Je suis très heureux de l’accueil très chaleureux que mon public a réservé à cet album.
A quand votre prochain album ?
Je suis déjà en train de travailler les chansons de mon prochain CD, qui doit sortir en 2011. Mes sujets sont simples ; ils parlent de la vie au quotidien des gens. Ce n’est pas évident de trouver des sujets qui parlent au public. Fort heureusement, mon public s’est toujours identifié à mes chansons ; par exemple, beaucoup de gens tombent amoureux en dansant au rythme de ma musique. J’estime donc que j’ai sur mes épaules une responsabilité très importante, celle de transmettre de messages positifs. Je souhaite que mon public garde un bon souvenir de moi et de mes chansons.
D’un point de vue musical, comment sera cet album ?
Ma ligne, dès le départ, il y a 26 ans, a été celle de chanter la sensualité. Mon public a toujours apprécié cette orientation et je n’ai pas l’intention d’en changer.
Ma musique est une fusion de salsa et de ballade. Par exemple, le titre ‘No podrás escapar de mí’ est une ballade avec beaucoup de rythme, de percussions. J’ai très envie de continuer sur cette ligne, je souhaite que les gens vivent leurs amours, leurs sentiments, au rythme de mes chansons. Elles sont conçues dans ce but. En général, elles sont très jolies, elles racontent quelques histoires qui peuvent être celles de tout le monde ; c’est le cas de ‘Pequeñas cosas’.

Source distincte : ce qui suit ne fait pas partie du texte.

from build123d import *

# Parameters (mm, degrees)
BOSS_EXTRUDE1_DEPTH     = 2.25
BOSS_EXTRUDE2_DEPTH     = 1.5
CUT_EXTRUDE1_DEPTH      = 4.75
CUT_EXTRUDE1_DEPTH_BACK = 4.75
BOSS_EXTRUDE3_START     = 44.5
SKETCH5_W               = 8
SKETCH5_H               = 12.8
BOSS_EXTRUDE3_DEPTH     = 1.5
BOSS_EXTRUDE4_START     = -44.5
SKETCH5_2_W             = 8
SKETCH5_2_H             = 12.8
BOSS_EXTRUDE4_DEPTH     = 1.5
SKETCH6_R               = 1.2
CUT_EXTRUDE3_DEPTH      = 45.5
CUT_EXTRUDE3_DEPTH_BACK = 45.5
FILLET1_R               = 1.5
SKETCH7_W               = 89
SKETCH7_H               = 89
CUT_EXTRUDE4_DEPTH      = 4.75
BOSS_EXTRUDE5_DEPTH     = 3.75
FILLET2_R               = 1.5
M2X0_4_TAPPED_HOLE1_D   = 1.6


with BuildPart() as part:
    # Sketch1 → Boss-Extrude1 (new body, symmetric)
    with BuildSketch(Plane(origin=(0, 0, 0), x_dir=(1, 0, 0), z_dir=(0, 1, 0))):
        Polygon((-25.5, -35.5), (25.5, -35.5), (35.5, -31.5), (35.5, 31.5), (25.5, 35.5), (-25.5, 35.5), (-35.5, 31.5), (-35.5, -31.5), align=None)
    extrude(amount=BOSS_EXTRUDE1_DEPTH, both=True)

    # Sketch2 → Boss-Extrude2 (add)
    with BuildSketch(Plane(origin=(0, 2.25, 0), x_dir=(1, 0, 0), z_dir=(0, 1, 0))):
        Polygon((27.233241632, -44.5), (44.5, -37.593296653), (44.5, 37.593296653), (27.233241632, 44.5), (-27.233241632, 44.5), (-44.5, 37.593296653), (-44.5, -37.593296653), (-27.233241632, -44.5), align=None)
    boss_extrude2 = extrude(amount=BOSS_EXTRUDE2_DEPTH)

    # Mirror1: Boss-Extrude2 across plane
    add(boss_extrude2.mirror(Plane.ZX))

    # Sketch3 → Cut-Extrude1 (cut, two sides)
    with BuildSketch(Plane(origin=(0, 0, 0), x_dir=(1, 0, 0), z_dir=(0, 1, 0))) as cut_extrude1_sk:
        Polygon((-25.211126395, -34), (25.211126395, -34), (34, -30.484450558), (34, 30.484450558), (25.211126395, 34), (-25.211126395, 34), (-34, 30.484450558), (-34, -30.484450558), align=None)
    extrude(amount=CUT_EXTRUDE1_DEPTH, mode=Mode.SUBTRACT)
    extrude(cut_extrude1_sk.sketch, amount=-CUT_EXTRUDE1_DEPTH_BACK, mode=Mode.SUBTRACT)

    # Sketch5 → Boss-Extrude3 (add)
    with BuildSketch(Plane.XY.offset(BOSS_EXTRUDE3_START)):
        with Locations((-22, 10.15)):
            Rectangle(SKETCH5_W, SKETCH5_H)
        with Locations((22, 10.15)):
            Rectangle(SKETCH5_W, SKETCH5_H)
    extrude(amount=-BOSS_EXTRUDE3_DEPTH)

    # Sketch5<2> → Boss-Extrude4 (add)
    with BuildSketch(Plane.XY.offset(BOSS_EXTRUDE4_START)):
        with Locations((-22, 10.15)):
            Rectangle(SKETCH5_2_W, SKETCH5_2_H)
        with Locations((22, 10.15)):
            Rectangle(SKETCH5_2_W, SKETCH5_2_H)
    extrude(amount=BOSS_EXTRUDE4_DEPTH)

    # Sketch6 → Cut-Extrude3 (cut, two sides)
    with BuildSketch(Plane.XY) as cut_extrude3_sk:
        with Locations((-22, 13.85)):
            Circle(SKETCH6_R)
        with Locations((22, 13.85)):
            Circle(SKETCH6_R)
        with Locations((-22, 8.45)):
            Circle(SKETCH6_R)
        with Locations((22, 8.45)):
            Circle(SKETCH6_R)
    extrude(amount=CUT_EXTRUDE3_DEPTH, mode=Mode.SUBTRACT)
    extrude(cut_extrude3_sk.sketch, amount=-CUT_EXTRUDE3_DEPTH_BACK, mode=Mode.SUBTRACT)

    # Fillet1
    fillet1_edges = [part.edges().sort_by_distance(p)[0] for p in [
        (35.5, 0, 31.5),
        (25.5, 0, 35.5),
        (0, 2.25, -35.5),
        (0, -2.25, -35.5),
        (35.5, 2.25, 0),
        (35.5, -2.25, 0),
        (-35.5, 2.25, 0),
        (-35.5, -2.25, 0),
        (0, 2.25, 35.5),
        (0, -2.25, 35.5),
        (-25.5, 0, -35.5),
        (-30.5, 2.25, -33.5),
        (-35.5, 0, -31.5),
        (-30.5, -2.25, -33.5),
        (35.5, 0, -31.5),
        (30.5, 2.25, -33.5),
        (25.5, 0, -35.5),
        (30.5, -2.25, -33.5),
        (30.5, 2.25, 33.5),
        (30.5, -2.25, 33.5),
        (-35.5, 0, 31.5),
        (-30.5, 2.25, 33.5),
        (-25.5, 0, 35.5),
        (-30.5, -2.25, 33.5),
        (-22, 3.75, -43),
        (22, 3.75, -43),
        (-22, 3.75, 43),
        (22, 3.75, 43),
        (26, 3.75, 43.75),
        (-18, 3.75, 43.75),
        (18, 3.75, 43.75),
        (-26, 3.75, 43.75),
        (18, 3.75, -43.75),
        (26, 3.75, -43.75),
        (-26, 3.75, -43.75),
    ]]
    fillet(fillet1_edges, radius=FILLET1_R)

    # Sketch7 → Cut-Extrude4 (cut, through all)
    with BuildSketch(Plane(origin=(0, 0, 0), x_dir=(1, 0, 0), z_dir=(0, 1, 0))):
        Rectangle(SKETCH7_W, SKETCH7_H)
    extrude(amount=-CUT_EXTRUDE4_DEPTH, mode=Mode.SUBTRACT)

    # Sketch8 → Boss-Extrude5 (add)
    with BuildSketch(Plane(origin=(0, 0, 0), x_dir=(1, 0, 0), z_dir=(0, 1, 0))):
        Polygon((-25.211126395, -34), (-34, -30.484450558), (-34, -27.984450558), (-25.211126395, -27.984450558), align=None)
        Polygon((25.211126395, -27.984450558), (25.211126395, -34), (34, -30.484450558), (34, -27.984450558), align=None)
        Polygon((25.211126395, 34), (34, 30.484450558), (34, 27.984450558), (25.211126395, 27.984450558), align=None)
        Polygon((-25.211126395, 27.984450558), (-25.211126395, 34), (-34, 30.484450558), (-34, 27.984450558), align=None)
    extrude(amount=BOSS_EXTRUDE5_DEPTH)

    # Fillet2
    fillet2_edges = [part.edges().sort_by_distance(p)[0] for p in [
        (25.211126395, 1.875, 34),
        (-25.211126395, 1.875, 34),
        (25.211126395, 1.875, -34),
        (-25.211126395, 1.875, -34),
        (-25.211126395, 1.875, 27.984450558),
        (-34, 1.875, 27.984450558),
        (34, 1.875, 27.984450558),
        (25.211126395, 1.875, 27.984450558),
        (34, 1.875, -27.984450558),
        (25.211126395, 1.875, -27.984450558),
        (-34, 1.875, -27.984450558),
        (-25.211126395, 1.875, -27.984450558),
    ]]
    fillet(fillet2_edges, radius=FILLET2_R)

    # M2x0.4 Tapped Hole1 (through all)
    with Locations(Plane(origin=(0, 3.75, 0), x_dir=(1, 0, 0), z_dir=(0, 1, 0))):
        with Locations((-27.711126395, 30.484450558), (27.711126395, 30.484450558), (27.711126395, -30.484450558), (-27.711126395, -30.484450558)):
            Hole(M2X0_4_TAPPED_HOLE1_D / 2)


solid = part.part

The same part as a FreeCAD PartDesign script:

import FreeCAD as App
import Part
import Sketcher
from FreeCAD import Vector
Q = App.Units.Quantity


def edges_at(feature, points):
    """Names of the edges that pass closest to the given points."""
    edges = feature.Shape.Edges
    near = lambda p: min(range(len(edges)), key=lambda i: edges[i].distToShape(Part.Vertex(*p))[0])
    return sorted({f"Edge{near(p) + 1}" for p in points})


def add_polygon(sketch, points):
    """Adds a closed chain of lines whose ends are joined by coincident constraints."""
    first, n = sketch.GeometryCount, len(points)
    for a, b in zip(points, points[1:] + points[:1]):
        sketch.addGeometry(Part.LineSegment(App.Vector(*a, 0), App.Vector(*b, 0)), False)
    for i in range(n):
        sketch.addConstraint(Sketcher.Constraint("Coincident", first + i, 2, first + (i + 1) % n, 1))

doc = App.newDocument("Part")
body = doc.addObject("PartDesign::Body", "Body")

# Sketch on XZ plane
sketch1 = body.newObject("Sketcher::SketchObject", "Sketch")
sketch1.AttachmentSupport = (doc.getObject("XZ_Plane"), [""])
sketch1.MapMode = "FlatFace"
add_polygon(sketch1, [(-26, 36), (26, 36), (36, 32), (36, -32), (26, -36), (-26, -36), (-36, -32), (-36, 32)])  # lines 0-7
sketch1.addConstraint(Sketcher.Constraint("Horizontal", 0))
sketch1.addConstraint(Sketcher.Constraint("Vertical", 2))
sketch1.addConstraint(Sketcher.Constraint("Horizontal", 4))
sketch1.addConstraint(Sketcher.Constraint("Vertical", 6))
sketch1.addConstraint(Sketcher.Constraint("Symmetric", 0, 2, 4, 2, -1, 1))
sketch1.addConstraint(Sketcher.Constraint("Symmetric", 1, 2, 5, 2, -1, 1))
sketch1.addConstraint(Sketcher.Constraint("Parallel", 3, 7))
sketch1.addConstraint(Sketcher.Constraint("Horizontal", 2, 2, 5, 2))
sketch1.addConstraint(Sketcher.Constraint("Horizontal", 1, 2, 6, 2))
sketch1.addConstraint(Sketcher.Constraint("Vertical", 0, 2, 3, 2))
sketch1.addConstraint(Sketcher.Constraint("DistanceX", 0, 1, 0, 2, Q("51 mm")))
sketch1.addConstraint(Sketcher.Constraint("DistanceY", 2, 2, 2, 1, Q("63 mm")))
sketch1.addConstraint(Sketcher.Constraint("DistanceX", 0, 2, 1, 2, Q("10 mm")))
sketch1.addConstraint(Sketcher.Constraint("DistanceY", 1, 2, 0, 2, Q("4 mm")))
pad1 = body.newObject("PartDesign::Pad", "Pad")
pad1.Profile = sketch1
pad1.Length = 4.5
pad1.Midplane = True

# Sketch on XZ plane
sketch2 = body.newObject("Sketcher::SketchObject", "Sketch001")
sketch2.AttachmentSupport = (doc.getObject("XZ_Plane"), [""])
sketch2.MapMode = "FlatFace"
sketch2.AttachmentOffset = App.Placement(Vector(0, 0, -2.25), App.Rotation())
add_polygon(sketch2, [(27, 44), (44, 38), (44, -38), (27, -44), (-27, -44), (-44, -38), (-44, 38), (-27, 44)])  # lines 0-7
sketch2.addConstraint(Sketcher.Constraint("Vertical", 1))
sketch2.addConstraint(Sketcher.Constraint("Horizontal", 3))
sketch2.addConstraint(Sketcher.Constraint("Vertical", 5))
sketch2.addConstraint(Sketcher.Constraint("Horizontal", 7))
sketch2.addConstraint(Sketcher.Constraint("Symmetric", 0, 2, 4, 2, -1, 1))
sketch2.addConstraint(Sketcher.Constraint("Symmetric", 2, 2, 6, 2, -1, 1))
sketch2.addConstraint(Sketcher.Constraint("Parallel", 0, 4))
sketch2.addConstraint(Sketcher.Constraint("Parallel", 2, 6))
sketch2.addConstraint(Sketcher.Constraint("Horizontal", 1, 2, 4, 2))
sketch2.addConstraint(Sketcher.Constraint("Vertical", 3, 2, 6, 2))
sketch2.addConstraint(Sketcher.Constraint("DistanceX", 4, 2, 1, 2, Q("89 mm")))
sketch2.addConstraint(Sketcher.Constraint("DistanceY", 3, 2, 6, 2, Q("89 mm")))
sketch2.addConstraint(Sketcher.Constraint("DistanceX", 3, 2, 3, 1, Q("54.466483 mm")))
sketch2.addConstraint(Sketcher.Constraint("DistanceY", 1, 2, 1, 1, Q("75.186593 mm")))
pad2 = body.newObject("PartDesign::Pad", "Pad001")
pad2.Profile = sketch2
pad2.Length = 1.5
pad2.Reversed = True
doc.recompute()

mirrored = body.newObject("PartDesign::Mirrored", "Mirrored")
mirrored.Originals = [pad2]
mirrored.MirrorPlane = (doc.getObject("XZ_Plane"), [""])
body.Tip = mirrored

# Sketch on XZ plane
sketch3 = body.newObject("Sketcher::SketchObject", "Sketch002")
sketch3.AttachmentSupport = (doc.getObject("XZ_Plane"), [""])
sketch3.MapMode = "FlatFace"
add_polygon(sketch3, [(-25, 34), (25, 34), (34, 30), (34, -30), (25, -34), (-25, -34), (-34, -30), (-34, 30)])  # lines 0-7
sketch3.addConstraint(Sketcher.Constraint("Horizontal", 0))
sketch3.addConstraint(Sketcher.Constraint("Vertical", 2))
sketch3.addConstraint(Sketcher.Constraint("Horizontal", 4))
sketch3.addConstraint(Sketcher.Constraint("Vertical", 6))
sketch3.addConstraint(Sketcher.Constraint("Symmetric", 0, 2, 4, 2, -1, 1))
sketch3.addConstraint(Sketcher.Constraint("Symmetric", 1, 2, 5, 2, -1, 1))
sketch3.addConstraint(Sketcher.Constraint("Parallel", 3, 7))
sketch3.addConstraint(Sketcher.Constraint("Horizontal", 2, 2, 5, 2))
sketch3.addConstraint(Sketcher.Constraint("Horizontal", 1, 2, 6, 2))
sketch3.addConstraint(Sketcher.Constraint("Vertical", 0, 2, 3, 2))
sketch3.addConstraint(Sketcher.Constraint("DistanceY", -1, 1, 0, 2, Q("34 mm")))
sketch3.addConstraint(Sketcher.Constraint("DistanceX", -1, 1, 1, 2, Q("34 mm")))
sketch3.addConstraint(Sketcher.Constraint("DistanceY", 2, 2, 2, 1, Q("60.968901 mm")))
sketch3.addConstraint(Sketcher.Constraint("DistanceX", 0, 1, 0, 2, Q("50.422253 mm")))
pocket1 = body.newObject("PartDesign::Pocket", "Pocket")
pocket1.Profile = sketch3
pocket1.Type = "ThroughAll"
pocket1.Midplane = True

Je suis donc fidèle à mon style, que j’ai créé en 1986 avec la formation musicale Chaney. A ce moment-là, j’ai partagé la scène musicale avec Eddy Santiago. Par la suite, nous nous sommes séparés : j’ai choisi une musique de thématique sensuelle, douce, romantique, qui met en valeur les sentiments, tandis qu’Eddy a choisi de chanter l’érotisme.
Est-ce que vous vous produisez beaucoup en ce moment ?
Oui, en ce moment je me produis en Europe ; je me suis beaucoup produit en Espagne. Ensuite, nous avons prévu quelques concerts en Amérique du Sud. Au Venezuela, nous avons signé un contrat pour un concert qui aura lieu dans un amphithéâtre pour trente mille personnes. Au Venezuela en ce moment on écoute beaucoup sur les ondes le titre ‘Juré’.
Est-ce que vous êtes l’auteur de vos chansons ?
J’en suis l’auteur d’environ la moitié. Les arrangements musicaux sont de Ramón Sánchez, de Puerto Rico. C’est le directeur musical de Luis Fonsi. Nous travaillons ensemble depuis de nombreuses années.
Quant aux paroles, j’en signe quelques unes. Parfois, j’adapte à mon style quelques chansons connues, telles que celles de Camilo Cesto ou de Camila, dont je viens de parler. Par exemple, ‘Quiero morir en tu piel’ est de José José. De surcroit, lorsque je pars en tournée à l’étranger, j’adapte à mon style les chansons qui sont à la mode dans les pays que je visite. J’en fais des ballades avec rythme.